Collected data entries:

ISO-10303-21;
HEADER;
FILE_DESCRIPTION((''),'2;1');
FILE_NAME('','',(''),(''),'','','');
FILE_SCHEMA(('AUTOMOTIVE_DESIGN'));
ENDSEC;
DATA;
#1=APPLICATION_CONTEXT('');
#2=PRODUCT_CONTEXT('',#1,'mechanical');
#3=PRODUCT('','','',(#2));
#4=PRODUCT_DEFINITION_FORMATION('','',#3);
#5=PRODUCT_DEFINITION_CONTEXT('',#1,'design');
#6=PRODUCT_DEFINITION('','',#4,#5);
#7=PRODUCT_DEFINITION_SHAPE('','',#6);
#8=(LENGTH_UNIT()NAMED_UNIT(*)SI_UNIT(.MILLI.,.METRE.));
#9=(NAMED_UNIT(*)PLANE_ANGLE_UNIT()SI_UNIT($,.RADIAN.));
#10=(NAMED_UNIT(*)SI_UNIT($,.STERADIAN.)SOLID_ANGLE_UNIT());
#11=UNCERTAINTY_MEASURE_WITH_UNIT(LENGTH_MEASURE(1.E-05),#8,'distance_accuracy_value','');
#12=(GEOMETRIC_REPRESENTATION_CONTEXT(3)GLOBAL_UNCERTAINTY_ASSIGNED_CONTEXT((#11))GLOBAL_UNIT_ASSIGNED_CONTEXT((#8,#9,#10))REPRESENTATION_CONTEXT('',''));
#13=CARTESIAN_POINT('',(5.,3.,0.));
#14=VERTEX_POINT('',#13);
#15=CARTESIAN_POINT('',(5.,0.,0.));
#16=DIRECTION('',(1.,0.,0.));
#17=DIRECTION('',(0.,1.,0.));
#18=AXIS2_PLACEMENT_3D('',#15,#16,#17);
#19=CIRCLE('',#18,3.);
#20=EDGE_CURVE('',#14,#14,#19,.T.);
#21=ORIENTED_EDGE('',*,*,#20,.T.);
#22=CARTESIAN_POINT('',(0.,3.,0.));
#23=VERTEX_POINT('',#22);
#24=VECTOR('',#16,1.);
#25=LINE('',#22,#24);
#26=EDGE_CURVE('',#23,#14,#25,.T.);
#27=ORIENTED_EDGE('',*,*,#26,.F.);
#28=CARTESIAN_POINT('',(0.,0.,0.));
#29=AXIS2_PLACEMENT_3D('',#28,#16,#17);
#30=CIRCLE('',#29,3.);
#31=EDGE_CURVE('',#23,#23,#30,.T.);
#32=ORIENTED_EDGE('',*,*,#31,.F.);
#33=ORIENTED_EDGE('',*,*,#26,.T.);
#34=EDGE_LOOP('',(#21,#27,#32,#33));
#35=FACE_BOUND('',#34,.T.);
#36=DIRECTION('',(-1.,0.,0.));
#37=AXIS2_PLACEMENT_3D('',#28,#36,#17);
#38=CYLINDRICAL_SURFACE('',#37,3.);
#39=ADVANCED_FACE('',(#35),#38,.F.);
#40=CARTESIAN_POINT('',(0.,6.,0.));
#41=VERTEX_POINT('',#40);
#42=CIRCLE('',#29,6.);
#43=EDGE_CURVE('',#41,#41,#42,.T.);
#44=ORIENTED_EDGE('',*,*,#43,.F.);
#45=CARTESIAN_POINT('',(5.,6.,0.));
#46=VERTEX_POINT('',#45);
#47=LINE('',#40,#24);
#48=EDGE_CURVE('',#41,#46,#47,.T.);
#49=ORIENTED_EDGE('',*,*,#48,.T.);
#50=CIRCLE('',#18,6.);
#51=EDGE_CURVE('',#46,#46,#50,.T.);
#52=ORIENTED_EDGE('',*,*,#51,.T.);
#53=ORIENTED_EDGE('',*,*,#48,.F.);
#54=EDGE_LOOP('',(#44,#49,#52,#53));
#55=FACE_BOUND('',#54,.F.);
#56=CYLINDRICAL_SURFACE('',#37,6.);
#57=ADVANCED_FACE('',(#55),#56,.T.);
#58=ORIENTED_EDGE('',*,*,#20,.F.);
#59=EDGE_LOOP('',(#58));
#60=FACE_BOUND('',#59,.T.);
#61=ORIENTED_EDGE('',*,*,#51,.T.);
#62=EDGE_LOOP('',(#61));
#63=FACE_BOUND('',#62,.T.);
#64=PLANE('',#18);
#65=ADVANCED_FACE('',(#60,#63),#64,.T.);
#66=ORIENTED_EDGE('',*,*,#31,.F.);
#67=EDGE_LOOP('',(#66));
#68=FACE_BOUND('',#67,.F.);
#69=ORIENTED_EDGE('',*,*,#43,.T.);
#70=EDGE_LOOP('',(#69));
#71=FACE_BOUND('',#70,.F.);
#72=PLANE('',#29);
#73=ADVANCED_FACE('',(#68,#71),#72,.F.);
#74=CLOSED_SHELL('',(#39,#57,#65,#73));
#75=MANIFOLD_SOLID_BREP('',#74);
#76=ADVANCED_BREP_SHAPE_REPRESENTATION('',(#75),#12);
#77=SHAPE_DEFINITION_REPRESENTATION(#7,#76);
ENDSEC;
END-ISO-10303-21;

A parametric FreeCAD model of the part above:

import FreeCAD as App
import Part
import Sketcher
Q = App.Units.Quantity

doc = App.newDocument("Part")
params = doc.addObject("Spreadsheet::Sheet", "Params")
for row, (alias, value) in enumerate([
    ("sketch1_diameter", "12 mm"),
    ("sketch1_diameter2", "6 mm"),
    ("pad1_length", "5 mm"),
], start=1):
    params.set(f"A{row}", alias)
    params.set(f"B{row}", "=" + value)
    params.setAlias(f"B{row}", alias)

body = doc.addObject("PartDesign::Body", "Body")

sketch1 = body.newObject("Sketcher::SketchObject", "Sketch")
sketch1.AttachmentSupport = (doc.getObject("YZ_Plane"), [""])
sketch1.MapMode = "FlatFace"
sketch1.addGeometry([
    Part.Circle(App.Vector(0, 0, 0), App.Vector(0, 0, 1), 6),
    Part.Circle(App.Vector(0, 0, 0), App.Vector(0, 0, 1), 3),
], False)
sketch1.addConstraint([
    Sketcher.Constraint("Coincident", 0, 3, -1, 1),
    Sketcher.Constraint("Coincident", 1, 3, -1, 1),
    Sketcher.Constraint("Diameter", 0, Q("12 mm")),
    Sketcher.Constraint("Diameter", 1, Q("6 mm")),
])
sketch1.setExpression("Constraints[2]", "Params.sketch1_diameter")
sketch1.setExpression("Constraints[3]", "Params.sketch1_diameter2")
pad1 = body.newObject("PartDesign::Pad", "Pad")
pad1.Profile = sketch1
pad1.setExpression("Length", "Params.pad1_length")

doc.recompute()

DIRECTIONS FOR THIS TASK: Among the entries above, copy exactly only the lines starting with the one containing "#23=VERTEX_POINT('',#22);" and going through the one containing "#75=MANIFOLD_SOLID_BREP('',#74);", both ends included.

RESPONSE:
#23=VERTEX_POINT('',#22);
#24=VECTOR('',#16,1.);
#25=LINE('',#22,#24);
#26=EDGE_CURVE('',#23,#14,#25,.T.);
#27=ORIENTED_EDGE('',*,*,#26,.F.);
#28=CARTESIAN_POINT('',(0.,0.,0.));
#29=AXIS2_PLACEMENT_3D('',#28,#16,#17);
#30=CIRCLE('',#29,3.);
#31=EDGE_CURVE('',#23,#23,#30,.T.);
#32=ORIENTED_EDGE('',*,*,#31,.F.);
#33=ORIENTED_EDGE('',*,*,#26,.T.);
#34=EDGE_LOOP('',(#21,#27,#32,#33));
#35=FACE_BOUND('',#34,.T.);
#36=DIRECTION('',(-1.,0.,0.));
#37=AXIS2_PLACEMENT_3D('',#28,#36,#17);
#38=CYLINDRICAL_SURFACE('',#37,3.);
#39=ADVANCED_FACE('',(#35),#38,.F.);
#40=CARTESIAN_POINT('',(0.,6.,0.));
#41=VERTEX_POINT('',#40);
#42=CIRCLE('',#29,6.);
#43=EDGE_CURVE('',#41,#41,#42,.T.);
#44=ORIENTED_EDGE('',*,*,#43,.F.);
#45=CARTESIAN_POINT('',(5.,6.,0.));
#46=VERTEX_POINT('',#45);
#47=LINE('',#40,#24);
#48=EDGE_CURVE('',#41,#46,#47,.T.);
#49=ORIENTED_EDGE('',*,*,#48,.T.);
#50=CIRCLE('',#18,6.);
#51=EDGE_CURVE('',#46,#46,#50,.T.);
#52=ORIENTED_EDGE('',*,*,#51,.T.);
#53=ORIENTED_EDGE('',*,*,#48,.F.);
#54=EDGE_LOOP('',(#44,#49,#52,#53));
#55=FACE_BOUND('',#54,.F.);
#56=CYLINDRICAL_SURFACE('',#37,6.);
#57=ADVANCED_FACE('',(#55),#56,.T.);
#58=ORIENTED_EDGE('',*,*,#20,.F.);
#59=EDGE_LOOP('',(#58));
#60=FACE_BOUND('',#59,.T.);
#61=ORIENTED_EDGE('',*,*,#51,.T.);
#62=EDGE_LOOP('',(#61));
#63=FACE_BOUND('',#62,.T.);
#64=PLANE('',#18);
#65=ADVANCED_FACE('',(#60,#63),#64,.T.);
#66=ORIENTED_EDGE('',*,*,#31,.F.);
#67=EDGE_LOOP('',(#66));
#68=FACE_BOUND('',#67,.F.);
#69=ORIENTED_EDGE('',*,*,#43,.T.);
#70=EDGE_LOOP('',(#69));
#71=FACE_BOUND('',#70,.F.);
#72=PLANE('',#29);
#73=ADVANCED_FACE('',(#68,#71),#72,.F.);
#74=CLOSED_SHELL('',(#39,#57,#65,#73));
#75=MANIFOLD_SOLID_BREP('',#74);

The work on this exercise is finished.